We’ll use RollingUpdate and specify Kubernetes version 1.24.10. Update the spec to look like so by…
Deleting all of the status fields
Changing what is now the final line, spec.version, to v1.24.10
spec:
clusterName: azure-worker
minReadySeconds: 0
progressDeadlineSeconds: 600
replicas: 3
revisionHistoryLimit: 1
selector:
matchLabels:
cluster.x-k8s.io/cluster-name: azure-worker
cluster.x-k8s.io/deployment-name: azure-worker-md-0
strategy:
rollingUpdate:
maxSurge: 1
maxUnavailable: 0
type: RollingUpdate
template:
metadata:
labels:
cluster.x-k8s.io/cluster-name: azure-worker
cluster.x-k8s.io/deployment-name: azure-worker-md-0
spec:
bootstrap:
configRef:
apiVersion: bootstrap.cluster.x-k8s.io/v1beta1
kind: KubeadmConfigTemplate
name: azure-worker-md-0
clusterName: azure-worker
infrastructureRef:
apiVersion: infrastructure.cluster.x-k8s.io/v1beta1
kind: AzureMachineTemplate
name: azure-worker-md-0
version: v1.24.10
Now we can apply the manifest to propagate our changes to the worker cluster:
% kubectl apply -f md-0-update.yaml
If you run kubectl get machines, you’ll see the system beginning to provision new machines running the new version of Kubernetes:
NAME CLUSTER NODENAME PHASE AGE VERSION
azure-worker-control-plane-6btkg azure-worker azure-worker-control-plane-wmt26 Running 29m v1.24.10
azure-worker-md-0-598f9c756b-5dt68 azure-worker azure-worker-md-0-mjf4x Running 59m v1.24.6
azure-worker-md-0-598f9c756b-j6rrg azure-worker azure-worker-md-0-9mzvl Running 59m v1.24.6
azure-worker-md-0-598f9c756b-w2pmm azure-worker azure-worker-md-0-xkk2v Running 59m v1.24.6
azure-worker-md-0-6c64c9db4c-sc5vf azure-worker Provisioning 71s v1.24.10
After a couple of minutes, we’ll see old worker machines starting to be replaced by the newly provisioned ones:
NAME CLUSTER NODENAME PHASE AGE VERSION
azure-worker-control-plane-6btkg azure-worker azure-worker-control-plane-wmt26 Running 32m v1.24.10
azure-worker-md-0-598f9c756b-j6rrg azure-worker azure-worker-md-0-9mzvl Running 61m v1.24.6
azure-worker-md-0-598f9c756b-w2pmm azure-worker azure-worker-md-0-xkk2v Running 61m v1.24.6
azure-worker-md-0-6c64c9db4c-65999 azure-worker Provisioning 9s v1.24.10
azure-worker-md-0-6c64c9db4c-sc5vf azure-worker azure-worker-md-0-fnkcn Running 3m36s v1.24.10
Above, we see that machine sc5vf—now launched with v.1.24.10—is up and running and has replaced machine 5dt68. A new machine running the upgraded version has started to provision.
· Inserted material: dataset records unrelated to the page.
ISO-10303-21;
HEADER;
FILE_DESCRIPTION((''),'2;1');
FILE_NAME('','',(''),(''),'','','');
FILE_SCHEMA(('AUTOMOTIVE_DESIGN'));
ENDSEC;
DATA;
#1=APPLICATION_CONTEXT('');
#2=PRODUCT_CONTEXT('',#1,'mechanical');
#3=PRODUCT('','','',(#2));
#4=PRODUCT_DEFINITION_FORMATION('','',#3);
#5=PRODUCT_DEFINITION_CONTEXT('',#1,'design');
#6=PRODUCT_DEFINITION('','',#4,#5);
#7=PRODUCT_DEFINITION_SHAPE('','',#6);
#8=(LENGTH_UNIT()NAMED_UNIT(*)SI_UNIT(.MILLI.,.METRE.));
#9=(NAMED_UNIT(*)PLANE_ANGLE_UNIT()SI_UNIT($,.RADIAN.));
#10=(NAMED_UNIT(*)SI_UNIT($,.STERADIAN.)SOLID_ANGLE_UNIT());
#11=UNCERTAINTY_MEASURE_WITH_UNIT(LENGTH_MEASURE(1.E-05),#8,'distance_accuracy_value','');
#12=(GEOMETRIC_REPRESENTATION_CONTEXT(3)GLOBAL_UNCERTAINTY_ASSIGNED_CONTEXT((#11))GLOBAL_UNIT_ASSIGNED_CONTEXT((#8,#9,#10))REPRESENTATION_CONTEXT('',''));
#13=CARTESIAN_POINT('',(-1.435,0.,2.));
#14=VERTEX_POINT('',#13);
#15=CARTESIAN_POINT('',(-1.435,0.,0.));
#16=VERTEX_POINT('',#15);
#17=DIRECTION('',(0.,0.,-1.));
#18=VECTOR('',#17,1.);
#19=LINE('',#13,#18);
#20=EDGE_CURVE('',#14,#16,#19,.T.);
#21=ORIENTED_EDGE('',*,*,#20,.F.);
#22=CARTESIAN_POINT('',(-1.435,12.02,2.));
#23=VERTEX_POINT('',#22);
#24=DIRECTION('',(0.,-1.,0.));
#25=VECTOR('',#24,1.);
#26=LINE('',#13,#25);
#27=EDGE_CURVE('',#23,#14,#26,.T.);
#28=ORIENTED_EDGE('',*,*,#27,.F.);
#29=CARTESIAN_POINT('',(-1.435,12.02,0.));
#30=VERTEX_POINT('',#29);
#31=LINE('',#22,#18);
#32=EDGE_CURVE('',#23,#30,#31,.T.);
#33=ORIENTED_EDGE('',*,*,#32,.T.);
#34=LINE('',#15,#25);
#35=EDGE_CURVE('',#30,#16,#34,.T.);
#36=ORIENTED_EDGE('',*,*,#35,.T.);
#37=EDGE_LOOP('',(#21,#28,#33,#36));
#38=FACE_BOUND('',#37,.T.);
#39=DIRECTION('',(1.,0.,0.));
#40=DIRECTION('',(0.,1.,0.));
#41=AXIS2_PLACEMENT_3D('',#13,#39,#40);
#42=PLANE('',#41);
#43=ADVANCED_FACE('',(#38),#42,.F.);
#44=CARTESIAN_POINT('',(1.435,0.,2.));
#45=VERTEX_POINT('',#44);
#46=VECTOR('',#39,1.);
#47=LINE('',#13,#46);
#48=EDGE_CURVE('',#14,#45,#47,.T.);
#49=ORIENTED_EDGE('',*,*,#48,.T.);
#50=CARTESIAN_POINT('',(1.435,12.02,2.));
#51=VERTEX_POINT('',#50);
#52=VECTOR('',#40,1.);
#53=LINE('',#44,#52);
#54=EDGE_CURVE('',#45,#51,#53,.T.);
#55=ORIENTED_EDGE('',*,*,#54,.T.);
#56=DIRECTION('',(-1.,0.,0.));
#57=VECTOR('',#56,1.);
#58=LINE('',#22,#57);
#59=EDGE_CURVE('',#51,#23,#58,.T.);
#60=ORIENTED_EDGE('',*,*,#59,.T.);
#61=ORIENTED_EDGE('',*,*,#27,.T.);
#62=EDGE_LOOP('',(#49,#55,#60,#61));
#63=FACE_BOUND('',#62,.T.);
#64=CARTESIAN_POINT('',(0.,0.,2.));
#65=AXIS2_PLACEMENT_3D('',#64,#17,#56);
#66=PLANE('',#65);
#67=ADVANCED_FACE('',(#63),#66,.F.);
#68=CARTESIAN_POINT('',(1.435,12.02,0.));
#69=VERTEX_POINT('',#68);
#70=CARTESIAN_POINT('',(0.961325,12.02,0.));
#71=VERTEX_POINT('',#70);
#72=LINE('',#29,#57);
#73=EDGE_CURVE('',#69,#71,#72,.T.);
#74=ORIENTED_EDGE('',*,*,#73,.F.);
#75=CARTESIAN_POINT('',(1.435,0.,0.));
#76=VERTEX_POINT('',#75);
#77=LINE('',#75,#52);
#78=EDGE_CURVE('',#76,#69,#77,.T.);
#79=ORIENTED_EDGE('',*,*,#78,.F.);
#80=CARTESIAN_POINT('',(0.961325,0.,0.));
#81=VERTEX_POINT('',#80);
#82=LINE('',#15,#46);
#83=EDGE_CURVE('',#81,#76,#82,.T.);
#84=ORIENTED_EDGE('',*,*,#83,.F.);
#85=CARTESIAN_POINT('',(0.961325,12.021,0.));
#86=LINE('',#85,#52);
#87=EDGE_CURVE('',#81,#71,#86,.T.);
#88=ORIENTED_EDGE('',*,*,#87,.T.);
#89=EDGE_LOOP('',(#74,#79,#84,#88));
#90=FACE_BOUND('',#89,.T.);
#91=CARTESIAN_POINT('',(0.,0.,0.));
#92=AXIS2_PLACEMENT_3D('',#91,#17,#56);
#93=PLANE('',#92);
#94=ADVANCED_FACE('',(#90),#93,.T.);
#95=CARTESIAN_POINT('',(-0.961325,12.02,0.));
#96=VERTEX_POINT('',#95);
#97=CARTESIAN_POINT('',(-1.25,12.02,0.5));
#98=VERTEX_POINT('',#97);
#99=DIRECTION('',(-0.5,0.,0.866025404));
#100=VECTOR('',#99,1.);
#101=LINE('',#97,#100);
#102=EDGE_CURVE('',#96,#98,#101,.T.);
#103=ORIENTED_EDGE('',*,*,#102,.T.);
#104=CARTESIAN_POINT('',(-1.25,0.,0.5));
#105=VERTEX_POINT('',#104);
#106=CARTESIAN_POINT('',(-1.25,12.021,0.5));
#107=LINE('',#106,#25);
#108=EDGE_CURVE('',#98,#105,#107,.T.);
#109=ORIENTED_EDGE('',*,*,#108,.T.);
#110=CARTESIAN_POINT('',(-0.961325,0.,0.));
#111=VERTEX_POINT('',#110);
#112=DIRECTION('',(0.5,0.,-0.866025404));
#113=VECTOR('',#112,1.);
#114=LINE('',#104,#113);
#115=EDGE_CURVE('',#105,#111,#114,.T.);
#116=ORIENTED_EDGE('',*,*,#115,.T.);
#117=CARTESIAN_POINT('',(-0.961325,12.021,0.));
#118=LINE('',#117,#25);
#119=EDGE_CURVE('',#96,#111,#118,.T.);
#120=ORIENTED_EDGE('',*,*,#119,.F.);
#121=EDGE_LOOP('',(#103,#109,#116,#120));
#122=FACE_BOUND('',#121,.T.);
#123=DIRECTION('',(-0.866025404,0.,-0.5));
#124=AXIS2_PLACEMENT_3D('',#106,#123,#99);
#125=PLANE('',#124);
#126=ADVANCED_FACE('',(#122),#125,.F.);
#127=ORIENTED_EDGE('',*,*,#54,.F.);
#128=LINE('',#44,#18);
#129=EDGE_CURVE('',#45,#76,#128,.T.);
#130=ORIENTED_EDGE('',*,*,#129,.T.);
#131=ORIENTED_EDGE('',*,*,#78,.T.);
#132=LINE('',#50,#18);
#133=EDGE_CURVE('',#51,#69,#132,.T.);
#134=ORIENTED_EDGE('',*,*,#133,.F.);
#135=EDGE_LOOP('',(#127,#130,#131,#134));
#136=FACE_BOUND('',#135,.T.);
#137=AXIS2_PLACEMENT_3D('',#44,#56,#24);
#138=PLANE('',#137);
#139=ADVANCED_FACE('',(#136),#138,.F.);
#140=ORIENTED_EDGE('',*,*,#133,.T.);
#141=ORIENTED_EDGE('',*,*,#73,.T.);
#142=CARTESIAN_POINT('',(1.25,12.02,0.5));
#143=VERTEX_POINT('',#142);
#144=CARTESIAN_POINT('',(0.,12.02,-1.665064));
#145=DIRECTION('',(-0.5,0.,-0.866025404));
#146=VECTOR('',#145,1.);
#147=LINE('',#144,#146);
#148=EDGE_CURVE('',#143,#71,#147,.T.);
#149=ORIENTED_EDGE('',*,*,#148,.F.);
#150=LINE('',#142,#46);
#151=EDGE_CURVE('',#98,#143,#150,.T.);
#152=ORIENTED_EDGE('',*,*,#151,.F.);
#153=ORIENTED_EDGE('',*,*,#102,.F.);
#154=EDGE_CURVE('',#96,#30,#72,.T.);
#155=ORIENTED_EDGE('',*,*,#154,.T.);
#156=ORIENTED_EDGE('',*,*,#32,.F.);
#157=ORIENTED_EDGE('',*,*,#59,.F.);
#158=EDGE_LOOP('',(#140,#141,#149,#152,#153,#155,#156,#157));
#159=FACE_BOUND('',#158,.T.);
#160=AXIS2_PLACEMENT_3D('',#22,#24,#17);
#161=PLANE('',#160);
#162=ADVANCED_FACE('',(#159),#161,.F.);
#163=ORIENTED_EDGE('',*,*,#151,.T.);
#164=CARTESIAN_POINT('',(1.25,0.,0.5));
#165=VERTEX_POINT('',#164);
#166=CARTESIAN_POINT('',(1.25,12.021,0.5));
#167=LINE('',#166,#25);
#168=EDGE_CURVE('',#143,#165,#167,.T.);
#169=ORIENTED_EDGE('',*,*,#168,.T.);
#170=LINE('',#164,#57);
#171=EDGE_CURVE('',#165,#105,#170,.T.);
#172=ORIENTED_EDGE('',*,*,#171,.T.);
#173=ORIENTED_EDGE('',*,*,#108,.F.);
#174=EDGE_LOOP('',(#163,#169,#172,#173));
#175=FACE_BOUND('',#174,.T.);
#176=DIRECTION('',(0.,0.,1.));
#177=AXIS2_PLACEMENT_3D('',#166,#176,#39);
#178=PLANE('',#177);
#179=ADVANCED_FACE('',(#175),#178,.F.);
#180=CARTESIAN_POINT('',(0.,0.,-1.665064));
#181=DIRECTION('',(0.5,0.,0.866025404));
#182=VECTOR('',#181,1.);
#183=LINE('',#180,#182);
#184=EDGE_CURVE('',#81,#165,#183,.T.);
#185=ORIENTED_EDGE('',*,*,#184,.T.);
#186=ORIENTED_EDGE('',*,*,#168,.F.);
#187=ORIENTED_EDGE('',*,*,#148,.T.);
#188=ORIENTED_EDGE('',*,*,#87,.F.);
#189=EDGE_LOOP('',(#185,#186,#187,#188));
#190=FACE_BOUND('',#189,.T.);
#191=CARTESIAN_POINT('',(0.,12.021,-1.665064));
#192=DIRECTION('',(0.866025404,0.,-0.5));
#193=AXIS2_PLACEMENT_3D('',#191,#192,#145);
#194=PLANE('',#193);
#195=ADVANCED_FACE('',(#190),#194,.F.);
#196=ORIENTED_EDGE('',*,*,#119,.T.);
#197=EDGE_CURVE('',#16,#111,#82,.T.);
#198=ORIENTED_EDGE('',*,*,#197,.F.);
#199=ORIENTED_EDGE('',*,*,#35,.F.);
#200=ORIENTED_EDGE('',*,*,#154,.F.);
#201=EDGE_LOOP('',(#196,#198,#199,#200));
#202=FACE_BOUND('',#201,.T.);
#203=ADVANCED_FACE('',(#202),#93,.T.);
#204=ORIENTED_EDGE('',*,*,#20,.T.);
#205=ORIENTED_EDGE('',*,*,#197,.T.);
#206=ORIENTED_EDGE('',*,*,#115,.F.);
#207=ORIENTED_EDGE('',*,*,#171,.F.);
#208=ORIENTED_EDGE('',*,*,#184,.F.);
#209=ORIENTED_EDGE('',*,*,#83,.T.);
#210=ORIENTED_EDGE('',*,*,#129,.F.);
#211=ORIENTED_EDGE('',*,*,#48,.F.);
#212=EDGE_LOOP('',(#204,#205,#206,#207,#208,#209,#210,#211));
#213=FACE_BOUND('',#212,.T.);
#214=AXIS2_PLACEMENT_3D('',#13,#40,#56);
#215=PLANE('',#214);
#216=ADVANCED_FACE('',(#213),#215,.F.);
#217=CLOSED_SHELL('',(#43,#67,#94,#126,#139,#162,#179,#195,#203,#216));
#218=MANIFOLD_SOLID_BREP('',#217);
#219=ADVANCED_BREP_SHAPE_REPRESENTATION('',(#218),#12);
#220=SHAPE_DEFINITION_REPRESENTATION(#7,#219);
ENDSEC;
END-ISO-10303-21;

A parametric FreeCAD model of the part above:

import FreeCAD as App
import Part
import Sketcher
Q = App.Units.Quantity


def add_polygon(sketch, points):
    """Adds a closed chain of lines whose ends are joined by coincident constraints."""
    first, n = sketch.GeometryCount, len(points)
    for a, b in zip(points, points[1:] + points[:1]):
        sketch.addGeometry(Part.LineSegment(App.Vector(*a, 0), App.Vector(*b, 0)), False)
    for i in range(n):
        sketch.addConstraint(Sketcher.Constraint("Coincident", first + i, 2, first + (i + 1) % n, 1))

doc = App.newDocument("Part")
body = doc.addObject("PartDesign::Body", "Body")

sketch1 = body.newObject("Sketcher::SketchObject", "Sketch")
sketch1.AttachmentSupport = (doc.getObject("XY_Plane"), [""])
sketch1.MapMode = "FlatFace"
add_polygon(sketch1, [(-1.4, 12), (-1.4, 0), (1.4, 0), (1.4, 12)])
sketch1.addConstraint([
    Sketcher.Constraint("Vertical", 0),
    Sketcher.Constraint("Horizontal", 1),
    Sketcher.Constraint("Vertical", 2),
    Sketcher.Constraint("Horizontal", 3),
    Sketcher.Constraint("Symmetric", 0, 2, 1, 2, -1, 1),
    Sketcher.Constraint("DistanceX", 1, 1, 1, 2, Q("2.87 mm")),
    Sketcher.Constraint("DistanceY", 0, 2, 0, 1, Q("12.02 mm")),
])
pad1 = body.newObject("PartDesign::Pad", "Pad")
pad1.Profile = sketch1
pad1.Length = 2

sketch2 = body.newObject("Sketcher::SketchObject", "Sketch001")
sketch2.AttachmentSupport = (doc.getObject("XZ_Plane"), [""])
sketch2.MapMode = "FlatFace"
add_polygon(sketch2, [(0, -1.7), (1.2, 0.5), (-1.2, 0.5)])
sketch2.addConstraint([
    Sketcher.Constraint("Horizontal", 1),
    Sketcher.Constraint("PointOnObject", 2, 2, -2),
    Sketcher.Constraint("Equal", 0, 2),
    Sketcher.Constraint("Angle", 0, Q("60 deg")),
    Sketcher.Constraint("DistanceX", 1, 2, 1, 1, Q("2.5 mm")),
    Sketcher.Constraint("DistanceY", -1, 1, 0, 2, Q("0.5 mm")),
])
pocket1 = body.newObject("PartDesign::Pocket", "Pocket")
pocket1.Profile = sketch2
pocket1.Length = 12.02

doc.recompute()
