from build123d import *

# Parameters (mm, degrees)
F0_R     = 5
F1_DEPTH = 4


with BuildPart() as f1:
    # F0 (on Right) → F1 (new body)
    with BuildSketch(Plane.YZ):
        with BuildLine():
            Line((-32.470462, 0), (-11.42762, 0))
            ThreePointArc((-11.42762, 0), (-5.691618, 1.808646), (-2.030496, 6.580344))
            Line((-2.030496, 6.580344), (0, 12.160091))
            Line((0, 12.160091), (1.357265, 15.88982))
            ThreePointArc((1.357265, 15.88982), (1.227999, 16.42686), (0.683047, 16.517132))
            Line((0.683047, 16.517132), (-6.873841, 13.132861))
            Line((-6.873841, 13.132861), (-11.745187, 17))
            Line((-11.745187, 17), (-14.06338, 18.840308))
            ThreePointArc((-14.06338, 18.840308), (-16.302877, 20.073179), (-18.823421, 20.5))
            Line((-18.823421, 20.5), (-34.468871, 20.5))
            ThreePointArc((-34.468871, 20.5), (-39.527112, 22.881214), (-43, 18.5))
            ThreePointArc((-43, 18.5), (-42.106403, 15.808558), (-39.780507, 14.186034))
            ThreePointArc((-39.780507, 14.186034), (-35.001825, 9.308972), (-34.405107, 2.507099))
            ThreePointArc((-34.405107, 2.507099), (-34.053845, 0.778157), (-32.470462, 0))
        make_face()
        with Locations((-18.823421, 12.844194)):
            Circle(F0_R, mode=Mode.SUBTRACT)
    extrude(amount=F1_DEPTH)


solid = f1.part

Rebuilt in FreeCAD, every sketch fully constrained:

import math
import FreeCAD as App
import Part
import Sketcher

V = App.Vector
Q = App.Units.Quantity

doc = App.newDocument("Part")
body = doc.addObject("PartDesign::Body", "Body")

sketch1 = body.newObject("Sketcher::SketchObject", "Sketch")
sketch1.AttachmentSupport = (doc.getObject("YZ_Plane"), [""])
sketch1.MapMode = "FlatFace"
sketch1.addGeometry(Part.LineSegment(V(-32.470462, 0, 0), V(-11.42762, 0, 0)), False)
sketch1.addGeometry(Part.ArcOfCircle(Part.Circle(V(-11.42762, 9.999998, 0), V(0, 0, 1), 9.999998), math.radians(-90.000003), math.radians(-19.996668)), False)
sketch1.addGeometry(Part.LineSegment(V(-2.030496, 6.580344, 0), V(0, 12.160091, 0)), False)
sketch1.addGeometry(Part.LineSegment(V(0, 12.160091, 0), V(1.357265, 15.88982, 0)), False)
sketch1.addGeometry(Part.ArcOfCircle(Part.Circle(V(0.887408, 16.060802, 0), V(0, 0, 1), 0.5), math.radians(-19.996598), math.radians(114.124591)), False)
sketch1.addGeometry(Part.LineSegment(V(0.683047, 16.517132, 0), V(-6.873841, 13.132861, 0)), False)
sketch1.addGeometry(Part.LineSegment(V(-6.873841, 13.132861, 0), V(-11.745187, 17, 0)), False)
sketch1.addGeometry(Part.LineSegment(V(-11.745187, 17, 0), V(-14.06338, 18.840308, 0)), False)
sketch1.addGeometry(Part.ArcOfCircle(Part.Circle(V(-18.823422, 12.84419, 0), V(0, 0, 1), 7.65581), math.radians(51.55556), math.radians(89.999996)), False)
sketch1.addGeometry(Part.LineSegment(V(-18.823421, 20.5, 0), V(-34.468871, 20.5, 0)), False)
sketch1.addGeometry(Part.ArcOfCircle(Part.Circle(V(-38.5, 18.499999, 0), V(0, 0, 1), 4.5), math.radians(26.387809), math.radians(179.999991)), False)
sketch1.addGeometry(Part.ArcOfCircle(Part.Circle(V(-38.500001, 18.499999, 0), V(0, 0, 1), 4.499999), math.radians(179.99999), math.radians(253.467632)), False)
sketch1.addGeometry(Part.ArcOfCircle(Part.Circle(V(-44.20123, 5.074811, 0), V(0, 0, 1), 10.127052), math.radians(-14.687671), math.radians(64.117552)), False)
sketch1.addGeometry(Part.ArcOfCircle(Part.Circle(V(-32.470463, 1.999999, 0), V(0, 0, 1), 1.999999), math.radians(165.312325), math.radians(270.000027)), False)
sketch1.addGeometry(Part.Circle(V(-18.823421, 12.844194, 0), V(0, 0, 1), 5), False)
sketch1.addConstraint(Sketcher.Constraint("Coincident", 0, 2, 1, 1))
sketch1.addConstraint(Sketcher.Constraint("Coincident", 1, 2, 2, 1))
sketch1.addConstraint(Sketcher.Constraint("Coincident", 2, 2, 3, 1))
sketch1.addConstraint(Sketcher.Constraint("Coincident", 3, 2, 4, 1))
sketch1.addConstraint(Sketcher.Constraint("Coincident", 4, 2, 5, 1))
sketch1.addConstraint(Sketcher.Constraint("Coincident", 5, 2, 6, 1))
sketch1.addConstraint(Sketcher.Constraint("Coincident", 6, 2, 7, 1))
sketch1.addConstraint(Sketcher.Constraint("Coincident", 7, 2, 8, 1))
sketch1.addConstraint(Sketcher.Constraint("Coincident", 8, 2, 9, 1))
sketch1.addConstraint(Sketcher.Constraint("Coincident", 9, 2, 10, 1))
sketch1.addConstraint(Sketcher.Constraint("Coincident", 10, 2, 11, 1))
sketch1.addConstraint(Sketcher.Constraint("Coincident", 11, 2, 12, 2))
sketch1.addConstraint(Sketcher.Constraint("Coincident", 12, 1, 13, 1))
sketch1.addConstraint(Sketcher.Constraint("Coincident", 13, 2, 0, 1))
sketch1.addConstraint(Sketcher.Constraint("Horizontal", 0))
sketch1.addConstraint(Sketcher.Constraint("Horizontal", 9))
sketch1.addConstraint(Sketcher.Constraint("Coincident", 11, 3, 10, 3))
sketch1.addConstraint(Sketcher.Constraint("Coincident", 14, 3, 8, 3))
sketch1.addConstraint(Sketcher.Constraint("PointOnObject", 0, 2, -1))
sketch1.addConstraint(Sketcher.Constraint("PointOnObject", 2, 2, -2))
sketch1.addConstraint(Sketcher.Constraint("Diameter", 14, Q("10 mm")))
sketch1.addConstraint(Sketcher.Constraint("Radius", 1, Q("9.999998 mm")))
sketch1.addConstraint(Sketcher.Constraint("Radius", 13, Q("1.999999 mm")))
sketch1.addConstraint(Sketcher.Constraint("Radius", 4, Q("0.5 mm")))
sketch1.addConstraint(Sketcher.Constraint("Radius", 10, Q("4.5 mm")))
sketch1.addConstraint(Sketcher.Constraint("DistanceY", -1, 1, 6, 2, Q("17 mm")))
sketch1.addConstraint(Sketcher.Constraint("DistanceX", 10, 2, -1, 1, Q("43 mm")))
sketch1.addConstraint(Sketcher.Constraint("DistanceY", 10, 3, 9, 2, Q("2.000001 mm")))
sketch1.addConstraint(Sketcher.Constraint("DistanceY", 10, 2, 9, 2, Q("2 mm")))
sketch1.addConstraint(Sketcher.Constraint("DistanceY", -1, 1, 10, 3, Q("18.499999 mm")))
sketch1.addConstraint(Sketcher.Constraint("Radius", 8, Q("7.65581 mm")))
sketch1.addConstraint(Sketcher.Constraint("Radius", 12, Q("10.127052 mm")))
sketch1.addConstraint(Sketcher.Constraint("DistanceX", 0, 1, 0, 2, Q("21.042842 mm")))
sketch1.addConstraint(Sketcher.Constraint("DistanceX", 9, 2, 9, 1, Q("15.64545 mm")))
sketch1.addConstraint(Sketcher.Constraint("DistanceY", -1, 1, 12, 1, Q("2.507099 mm")))
sketch1.addConstraint(Sketcher.Constraint("DistanceX", 8, 3, 1, 3, Q("7.395802 mm")))
sketch1.addConstraint(Sketcher.Constraint("DistanceX", 8, 3, 0, 2, Q("7.395802 mm")))
sketch1.addConstraint(Sketcher.Constraint("DistanceX", 8, 2, 1, 3, Q("7.395801 mm")))
sketch1.addConstraint(Sketcher.Constraint("DistanceX", 11, 2, 12, 1, Q("5.3754 mm")))
sketch1.addConstraint(Sketcher.Constraint("Distance", 3, Q("3.969011 mm")))
sketch1.addConstraint(Sketcher.Constraint("Distance", 6, Q("6.219709 mm")))
sketch1.addConstraint(Sketcher.Constraint("DistanceX", -1, 1, 4, 3, Q("0.887408 mm")))
sketch1.addConstraint(Sketcher.Constraint("DistanceX", 12, 3, -1, 1, Q("44.20123 mm")))
sketch1.addConstraint(Sketcher.Constraint("DistanceY", -1, 1, 2, 2, Q("12.160091 mm")))
sketch1.addConstraint(Sketcher.Constraint("DistanceY", -1, 1, 3, 2, Q("15.88982 mm")))
sketch1.addConstraint(Sketcher.Constraint("DistanceX", 5, 2, -1, 1, Q("6.873841 mm")))
sketch1.addConstraint(Sketcher.Constraint("DistanceY", -1, 1, 5, 2, Q("13.132861 mm")))
sketch1.addConstraint(Sketcher.Constraint("DistanceX", 7, 2, -1, 1, Q("14.06338 mm")))
sketch1.addConstraint(Sketcher.Constraint("DistanceY", 1, 2, 4, 3, Q("9.480458 mm")))
sketch1.addConstraint(Sketcher.Constraint("DistanceX", 4, 2, 4, 3, Q("0.204361 mm")))
pad1 = body.newObject("PartDesign::Pad", "Pad")
pad1.Profile = sketch1
pad1.Length = 4

doc.recompute()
In a few minutes more…
NAME CLUSTER NODENAME PHASE AGE VERSION
azure-worker-control-plane-6btkg azure-worker azure-worker-control-plane-wmt26 Running 48m v1.24.10
azure-worker-md-0-6c64c9db4c-65999 azure-worker azure-worker-md-0-lndqb Running 16m v1.24.10
azure-worker-md-0-6c64c9db4c-b975n azure-worker azure-worker-md-0-vb44l Running 13m v1.24.10
azure-worker-md-0-6c64c9db4c-sc5vf azure-worker azure-worker-md-0-fnkcn Running 19m v1.24.10
Our cluster is completely upgraded!
When you’re done playing around with your fancy new cluster, you can clean up with:
% kubectl delete cluster azure-worker
% kubectl delete azureclusteridentity cluster-identity
Conclusion and next steps
So far, so good! We’ve learned…
How Cluster API works
How to deploy clusters to two different infrastructure providers with Cluster API
How to perform basic tasks like scaling and upgrading machines on clusters managed by Cluster API
In the final tutorial of this series, we’ll explore how to unlock the real power of Cluster API by writing a simple application that uses the API to intelligently manage infrastructure across multiple providers.